Members of Chancellor Angela Merkel's conservative party in the state of Hesse are set to hold coalition talks with the Greens. The environmentalist party approved entering negotiations at a congress in Frankfurt.

https://p.dw.com/p/1AMzB
Tarek Al-Wazir sits at the beginning of the Greens party conference on 23.11.2013 Foto: Boris Roessler/dpa
Image: picture-alliance/dpa

Green Party members voted 51-6 on Saturday in favor of holding coalition talks with the Christian Democratic Union (CDU), said the Greens leader for Hesse, Tarek al-Wazir (pictured above).

"We had a very intense debate today," al-Wazir said, adding that the party congress was at times very emotional.

The Greens will now explore "whether a good common government policy can be made despite differences," he said. The potential alliance would have to be approved at the Greens' party congress on December 21.

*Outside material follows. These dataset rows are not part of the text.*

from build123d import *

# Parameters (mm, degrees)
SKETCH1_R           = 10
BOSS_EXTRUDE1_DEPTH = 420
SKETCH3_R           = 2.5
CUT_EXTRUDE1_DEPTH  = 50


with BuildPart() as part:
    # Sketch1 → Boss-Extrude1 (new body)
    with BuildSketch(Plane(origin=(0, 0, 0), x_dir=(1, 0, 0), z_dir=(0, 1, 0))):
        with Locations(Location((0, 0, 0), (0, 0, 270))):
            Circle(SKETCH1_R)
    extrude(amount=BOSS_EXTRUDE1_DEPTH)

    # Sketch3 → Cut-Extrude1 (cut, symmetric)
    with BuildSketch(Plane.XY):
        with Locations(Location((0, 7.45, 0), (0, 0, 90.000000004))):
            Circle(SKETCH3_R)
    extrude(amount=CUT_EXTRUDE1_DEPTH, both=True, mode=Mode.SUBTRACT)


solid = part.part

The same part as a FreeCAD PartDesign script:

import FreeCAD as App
import Part
import Sketcher

doc = App.newDocument("Part")
body = doc.addObject("PartDesign::Body", "Body")

# Sketch on XZ plane
sketch1 = body.newObject("Sketcher::SketchObject", "Sketch")
sketch1.AttachmentSupport = (doc.getObject("XZ_Plane"), [""])
sketch1.MapMode = "FlatFace"
sketch1.addGeometry(Part.Circle(App.Vector(0, 0, 0), App.Vector(0, 0, 1), 10), False)
sketch1.addConstraint(Sketcher.Constraint("Coincident", 0, 3, -1, 1))
sketch1.addConstraint(Sketcher.Constraint("Diameter", 0, 20.0))
pad1 = body.newObject("PartDesign::Pad", "Pad")
pad1.Profile = sketch1
pad1.Length = 420
pad1.Reversed = True

# Sketch on XY plane
sketch2 = body.newObject("Sketcher::SketchObject", "Sketch001")
sketch2.AttachmentSupport = (doc.getObject("XY_Plane"), [""])
sketch2.MapMode = "FlatFace"
sketch2.addGeometry(Part.Circle(App.Vector(0, 7.5, 0), App.Vector(0, 0, 1), 2.5), False)
sketch2.addConstraint(Sketcher.Constraint("PointOnObject", 0, 3, -2))
sketch2.addConstraint(Sketcher.Constraint("Diameter", 0, 5.0))
sketch2.addConstraint(Sketcher.Constraint("DistanceY", -1, 1, 0, 3, 7.45))
pocket1 = body.newObject("PartDesign::Pocket", "Pocket")
pocket1.Profile = sketch2
pocket1.Length = 100
pocket1.Midplane = True

doc.recompute()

The CDU have been in exploratory coalition talks with the Greens and the Social Democrats (SPD) since their September 22 election victory in Hesse, which saw them pick up 47 percent of the 110 seats in the assembly and keep state premier Volker Bouffier in power.

The SPD are considered the more traditional partners to form a so-called "grand coalition." Such an alliance is currently being negotiated between the two parties at the national level. A potential partnership between the CDU and Greens in the Bundestag was ruled out not long after the conservatives' postelection victory exploratory coalition talks began.

Saturday's vote indicates such an alliance is increasingly possible on the state level. The two parties previously formed a coalition government in the Hamburg parliament from 2008 to 2010.